**TASK OBJECTIVE:**
The stretch from the line with "#149=LINE('',#148,#30);" through the line with "#184=CARTESIAN_POINT('',(26.67,2.54,0.));" in the records below: write it out exactly, and nothing else.

**INFORMATION PROVIDED:**
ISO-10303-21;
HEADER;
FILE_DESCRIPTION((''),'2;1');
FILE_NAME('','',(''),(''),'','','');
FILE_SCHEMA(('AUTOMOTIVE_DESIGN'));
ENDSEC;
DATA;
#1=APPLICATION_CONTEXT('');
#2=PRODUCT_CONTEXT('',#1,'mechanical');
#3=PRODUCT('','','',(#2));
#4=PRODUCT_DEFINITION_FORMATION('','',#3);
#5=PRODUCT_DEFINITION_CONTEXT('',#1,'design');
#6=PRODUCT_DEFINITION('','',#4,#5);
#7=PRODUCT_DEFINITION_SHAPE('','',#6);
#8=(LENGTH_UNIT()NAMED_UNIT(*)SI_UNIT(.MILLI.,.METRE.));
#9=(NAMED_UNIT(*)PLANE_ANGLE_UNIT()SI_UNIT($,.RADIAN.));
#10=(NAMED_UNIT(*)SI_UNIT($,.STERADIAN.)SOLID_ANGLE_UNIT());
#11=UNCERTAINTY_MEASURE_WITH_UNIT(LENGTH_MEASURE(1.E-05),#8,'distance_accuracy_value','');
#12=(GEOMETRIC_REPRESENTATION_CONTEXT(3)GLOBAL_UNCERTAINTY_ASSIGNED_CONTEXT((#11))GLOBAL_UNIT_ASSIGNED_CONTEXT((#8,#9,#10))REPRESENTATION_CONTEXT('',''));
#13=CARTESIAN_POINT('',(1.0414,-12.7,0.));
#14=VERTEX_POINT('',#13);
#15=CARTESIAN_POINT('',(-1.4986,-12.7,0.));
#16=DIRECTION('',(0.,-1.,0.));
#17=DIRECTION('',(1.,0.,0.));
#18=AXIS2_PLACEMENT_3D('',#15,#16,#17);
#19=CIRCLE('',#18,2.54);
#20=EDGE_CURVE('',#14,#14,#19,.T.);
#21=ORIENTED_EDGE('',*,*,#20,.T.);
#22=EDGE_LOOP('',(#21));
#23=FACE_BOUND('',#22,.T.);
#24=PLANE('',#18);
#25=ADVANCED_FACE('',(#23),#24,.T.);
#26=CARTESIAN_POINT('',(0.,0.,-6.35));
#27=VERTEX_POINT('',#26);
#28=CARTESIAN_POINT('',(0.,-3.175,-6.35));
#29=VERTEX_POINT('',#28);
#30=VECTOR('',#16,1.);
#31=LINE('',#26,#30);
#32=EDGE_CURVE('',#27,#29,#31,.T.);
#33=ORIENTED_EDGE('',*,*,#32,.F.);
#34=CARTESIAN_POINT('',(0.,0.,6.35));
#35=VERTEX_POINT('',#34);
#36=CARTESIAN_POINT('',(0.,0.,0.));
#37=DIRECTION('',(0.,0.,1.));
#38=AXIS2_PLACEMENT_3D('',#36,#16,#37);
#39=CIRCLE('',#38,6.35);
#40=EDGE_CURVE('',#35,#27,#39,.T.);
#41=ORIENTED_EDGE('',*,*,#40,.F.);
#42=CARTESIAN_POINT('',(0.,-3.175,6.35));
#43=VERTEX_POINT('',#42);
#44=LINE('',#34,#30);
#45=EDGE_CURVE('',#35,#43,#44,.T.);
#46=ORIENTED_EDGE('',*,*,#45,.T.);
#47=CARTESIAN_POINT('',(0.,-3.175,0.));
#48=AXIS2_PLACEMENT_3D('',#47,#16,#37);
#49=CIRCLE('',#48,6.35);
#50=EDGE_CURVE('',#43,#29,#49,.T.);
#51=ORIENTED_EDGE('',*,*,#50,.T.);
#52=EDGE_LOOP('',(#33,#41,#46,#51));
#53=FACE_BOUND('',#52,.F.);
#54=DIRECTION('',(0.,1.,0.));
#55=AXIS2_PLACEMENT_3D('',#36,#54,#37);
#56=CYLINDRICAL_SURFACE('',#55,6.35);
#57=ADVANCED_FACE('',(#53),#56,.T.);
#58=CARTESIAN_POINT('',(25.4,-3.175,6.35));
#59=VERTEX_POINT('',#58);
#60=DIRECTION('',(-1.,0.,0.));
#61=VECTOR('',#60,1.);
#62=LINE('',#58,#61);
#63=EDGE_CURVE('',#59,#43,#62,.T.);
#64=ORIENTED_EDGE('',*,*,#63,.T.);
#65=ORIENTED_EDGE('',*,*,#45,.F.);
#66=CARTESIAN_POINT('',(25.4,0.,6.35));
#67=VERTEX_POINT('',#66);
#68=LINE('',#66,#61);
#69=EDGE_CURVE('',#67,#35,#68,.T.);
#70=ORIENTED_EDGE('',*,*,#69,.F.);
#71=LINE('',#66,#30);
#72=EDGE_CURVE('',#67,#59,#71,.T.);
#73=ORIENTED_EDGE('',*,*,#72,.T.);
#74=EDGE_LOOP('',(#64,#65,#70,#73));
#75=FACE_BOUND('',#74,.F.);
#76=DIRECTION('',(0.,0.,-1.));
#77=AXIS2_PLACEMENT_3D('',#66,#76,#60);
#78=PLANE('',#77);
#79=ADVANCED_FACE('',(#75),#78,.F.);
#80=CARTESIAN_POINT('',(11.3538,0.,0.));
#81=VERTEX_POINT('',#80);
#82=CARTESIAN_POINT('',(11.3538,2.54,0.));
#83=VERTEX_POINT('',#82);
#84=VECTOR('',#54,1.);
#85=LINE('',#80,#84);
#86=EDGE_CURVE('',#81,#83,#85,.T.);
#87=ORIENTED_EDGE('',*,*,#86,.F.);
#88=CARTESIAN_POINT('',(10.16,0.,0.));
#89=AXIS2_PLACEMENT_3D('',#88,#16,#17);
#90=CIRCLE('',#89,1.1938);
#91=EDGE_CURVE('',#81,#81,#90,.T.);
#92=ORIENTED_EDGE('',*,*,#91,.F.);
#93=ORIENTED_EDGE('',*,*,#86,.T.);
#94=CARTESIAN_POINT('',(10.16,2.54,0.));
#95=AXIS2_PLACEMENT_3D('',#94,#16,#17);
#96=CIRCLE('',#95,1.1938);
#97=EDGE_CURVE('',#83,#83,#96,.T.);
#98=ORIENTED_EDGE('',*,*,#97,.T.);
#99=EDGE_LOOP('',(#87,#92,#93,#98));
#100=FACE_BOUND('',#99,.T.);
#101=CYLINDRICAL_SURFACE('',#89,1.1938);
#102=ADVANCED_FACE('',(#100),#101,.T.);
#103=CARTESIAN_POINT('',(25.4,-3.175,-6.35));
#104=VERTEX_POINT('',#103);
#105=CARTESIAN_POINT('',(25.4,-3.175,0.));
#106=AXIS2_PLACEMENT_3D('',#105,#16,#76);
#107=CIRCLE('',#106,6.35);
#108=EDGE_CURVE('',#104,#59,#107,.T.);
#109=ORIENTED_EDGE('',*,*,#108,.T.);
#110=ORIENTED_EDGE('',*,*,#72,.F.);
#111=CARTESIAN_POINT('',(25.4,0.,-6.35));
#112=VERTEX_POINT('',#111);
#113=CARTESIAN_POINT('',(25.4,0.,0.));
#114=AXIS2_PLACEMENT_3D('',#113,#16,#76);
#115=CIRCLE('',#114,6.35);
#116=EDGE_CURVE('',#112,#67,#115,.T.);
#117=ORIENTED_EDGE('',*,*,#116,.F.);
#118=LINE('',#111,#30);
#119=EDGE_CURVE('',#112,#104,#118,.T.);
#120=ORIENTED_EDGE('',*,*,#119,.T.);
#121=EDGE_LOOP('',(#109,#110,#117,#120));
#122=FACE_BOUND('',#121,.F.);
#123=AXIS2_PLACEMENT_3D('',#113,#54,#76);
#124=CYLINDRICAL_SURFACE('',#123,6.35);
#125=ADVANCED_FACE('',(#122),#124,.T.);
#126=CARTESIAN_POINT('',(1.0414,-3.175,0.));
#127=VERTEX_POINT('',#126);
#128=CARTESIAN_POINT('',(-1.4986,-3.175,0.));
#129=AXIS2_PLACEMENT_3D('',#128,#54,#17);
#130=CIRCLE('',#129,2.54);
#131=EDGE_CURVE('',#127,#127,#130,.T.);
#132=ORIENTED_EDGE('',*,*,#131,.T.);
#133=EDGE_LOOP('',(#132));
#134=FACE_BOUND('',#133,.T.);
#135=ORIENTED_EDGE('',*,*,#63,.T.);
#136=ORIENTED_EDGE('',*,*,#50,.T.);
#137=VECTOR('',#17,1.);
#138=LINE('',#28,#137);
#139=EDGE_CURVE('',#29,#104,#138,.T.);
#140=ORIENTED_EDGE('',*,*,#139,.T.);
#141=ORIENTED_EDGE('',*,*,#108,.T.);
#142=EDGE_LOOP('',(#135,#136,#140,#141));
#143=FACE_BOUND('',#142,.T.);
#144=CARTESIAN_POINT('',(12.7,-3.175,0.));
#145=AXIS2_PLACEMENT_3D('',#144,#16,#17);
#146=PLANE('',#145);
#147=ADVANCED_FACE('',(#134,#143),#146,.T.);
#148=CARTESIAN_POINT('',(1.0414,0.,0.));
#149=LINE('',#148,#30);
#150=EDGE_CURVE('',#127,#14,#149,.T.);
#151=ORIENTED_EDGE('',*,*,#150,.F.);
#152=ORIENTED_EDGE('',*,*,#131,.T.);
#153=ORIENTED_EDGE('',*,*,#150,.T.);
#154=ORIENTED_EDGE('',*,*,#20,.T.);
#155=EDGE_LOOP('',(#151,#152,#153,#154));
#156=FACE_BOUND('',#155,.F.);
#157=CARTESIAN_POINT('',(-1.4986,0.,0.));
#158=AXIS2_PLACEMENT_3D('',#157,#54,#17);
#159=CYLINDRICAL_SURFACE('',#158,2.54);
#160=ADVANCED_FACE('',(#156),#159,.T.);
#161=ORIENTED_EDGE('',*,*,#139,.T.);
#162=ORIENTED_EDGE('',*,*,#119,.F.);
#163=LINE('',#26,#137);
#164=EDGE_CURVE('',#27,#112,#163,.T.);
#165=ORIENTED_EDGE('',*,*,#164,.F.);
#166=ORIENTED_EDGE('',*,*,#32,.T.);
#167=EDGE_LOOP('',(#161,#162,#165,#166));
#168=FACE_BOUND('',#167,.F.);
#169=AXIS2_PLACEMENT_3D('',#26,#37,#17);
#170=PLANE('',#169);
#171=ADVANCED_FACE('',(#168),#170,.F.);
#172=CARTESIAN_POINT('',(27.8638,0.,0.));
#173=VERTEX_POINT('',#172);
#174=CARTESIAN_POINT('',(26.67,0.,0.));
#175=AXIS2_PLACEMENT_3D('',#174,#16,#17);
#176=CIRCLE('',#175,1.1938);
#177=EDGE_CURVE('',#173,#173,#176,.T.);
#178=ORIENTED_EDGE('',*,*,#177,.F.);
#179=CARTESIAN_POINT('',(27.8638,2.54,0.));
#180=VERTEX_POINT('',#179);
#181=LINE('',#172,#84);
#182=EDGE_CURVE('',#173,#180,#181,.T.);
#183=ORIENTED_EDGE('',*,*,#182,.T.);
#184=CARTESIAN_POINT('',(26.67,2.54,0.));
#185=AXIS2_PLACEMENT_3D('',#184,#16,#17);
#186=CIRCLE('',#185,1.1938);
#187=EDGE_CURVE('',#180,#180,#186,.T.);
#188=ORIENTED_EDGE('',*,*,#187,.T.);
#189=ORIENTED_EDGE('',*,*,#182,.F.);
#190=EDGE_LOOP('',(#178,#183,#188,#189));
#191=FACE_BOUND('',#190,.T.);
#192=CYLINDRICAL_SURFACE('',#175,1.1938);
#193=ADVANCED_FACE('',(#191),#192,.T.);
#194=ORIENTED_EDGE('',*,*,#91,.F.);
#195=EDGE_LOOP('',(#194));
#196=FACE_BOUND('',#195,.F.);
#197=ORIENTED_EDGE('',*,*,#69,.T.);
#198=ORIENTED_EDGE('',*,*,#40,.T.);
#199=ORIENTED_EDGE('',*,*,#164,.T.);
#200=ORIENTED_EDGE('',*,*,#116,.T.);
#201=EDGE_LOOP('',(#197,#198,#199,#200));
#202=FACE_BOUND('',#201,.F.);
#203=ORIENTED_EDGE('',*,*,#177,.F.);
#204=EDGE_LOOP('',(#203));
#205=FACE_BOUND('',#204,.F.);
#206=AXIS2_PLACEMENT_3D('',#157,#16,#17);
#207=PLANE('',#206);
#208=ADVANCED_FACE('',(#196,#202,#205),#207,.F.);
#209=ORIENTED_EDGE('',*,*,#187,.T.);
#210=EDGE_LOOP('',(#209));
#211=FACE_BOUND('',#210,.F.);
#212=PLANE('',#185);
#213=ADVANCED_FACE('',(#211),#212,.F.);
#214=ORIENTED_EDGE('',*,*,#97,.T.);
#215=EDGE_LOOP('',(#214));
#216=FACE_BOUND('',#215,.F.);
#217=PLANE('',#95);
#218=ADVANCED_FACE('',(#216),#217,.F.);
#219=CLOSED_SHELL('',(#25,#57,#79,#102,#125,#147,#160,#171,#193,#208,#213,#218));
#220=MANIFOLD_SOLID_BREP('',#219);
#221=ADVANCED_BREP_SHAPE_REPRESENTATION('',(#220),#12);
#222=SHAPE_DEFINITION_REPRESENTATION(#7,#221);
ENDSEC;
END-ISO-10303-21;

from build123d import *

# Parameters (mm, degrees)
F1_DEPTH = 3.175
F2_R     = 1.1938
F3_DEPTH = 2.54
F4_R     = 2.54
F5_DEPTH = 12.7


with BuildPart() as f1:
    # F0 (on Front) → F1 (new body)
    with BuildSketch(Plane.XZ):
        with BuildLine():
            Line((25.4, 6.35), (0, 6.35))
            ThreePointArc((0, 6.35), (-6.35, 0), (0, -6.35))
            Line((0, -6.35), (25.4, -6.35))
            ThreePointArc((25.4, -6.35), (31.75, 0), (25.4, 6.35))
        make_face()
    extrude(amount=F1_DEPTH)

    # F2 (on Front) → F3 (join)
    with BuildSketch(Plane.XZ):
        with Locations((10.16, 0)):
            Circle(F2_R)
        with Locations((26.67, 0)):
            Circle(F2_R)
    extrude(amount=-F3_DEPTH)

    # F4 (on Front) → F5 (join)
    with BuildSketch(Plane.XZ):
        with Locations((-1.4986, 0)):
            Circle(F4_R)
    extrude(amount=F5_DEPTH)


solid = f1.part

**SOLUTION:**
#149=LINE('',#148,#30);
#150=EDGE_CURVE('',#127,#14,#149,.T.);
#151=ORIENTED_EDGE('',*,*,#150,.F.);
#152=ORIENTED_EDGE('',*,*,#131,.T.);
#153=ORIENTED_EDGE('',*,*,#150,.T.);
#154=ORIENTED_EDGE('',*,*,#20,.T.);
#155=EDGE_LOOP('',(#151,#152,#153,#154));
#156=FACE_BOUND('',#155,.F.);
#157=CARTESIAN_POINT('',(-1.4986,0.,0.));
#158=AXIS2_PLACEMENT_3D('',#157,#54,#17);
#159=CYLINDRICAL_SURFACE('',#158,2.54);
#160=ADVANCED_FACE('',(#156),#159,.T.);
#161=ORIENTED_EDGE('',*,*,#139,.T.);
#162=ORIENTED_EDGE('',*,*,#119,.F.);
#163=LINE('',#26,#137);
#164=EDGE_CURVE('',#27,#112,#163,.T.);
#165=ORIENTED_EDGE('',*,*,#164,.F.);
#166=ORIENTED_EDGE('',*,*,#32,.T.);
#167=EDGE_LOOP('',(#161,#162,#165,#166));
#168=FACE_BOUND('',#167,.F.);
#169=AXIS2_PLACEMENT_3D('',#26,#37,#17);
#170=PLANE('',#169);
#171=ADVANCED_FACE('',(#168),#170,.F.);
#172=CARTESIAN_POINT('',(27.8638,0.,0.));
#173=VERTEX_POINT('',#172);
#174=CARTESIAN_POINT('',(26.67,0.,0.));
#175=AXIS2_PLACEMENT_3D('',#174,#16,#17);
#176=CIRCLE('',#175,1.1938);
#177=EDGE_CURVE('',#173,#173,#176,.T.);
#178=ORIENTED_EDGE('',*,*,#177,.F.);
#179=CARTESIAN_POINT('',(27.8638,2.54,0.));
#180=VERTEX_POINT('',#179);
#181=LINE('',#172,#84);
#182=EDGE_CURVE('',#173,#180,#181,.T.);
#183=ORIENTED_EDGE('',*,*,#182,.T.);
#184=CARTESIAN_POINT('',(26.67,2.54,0.));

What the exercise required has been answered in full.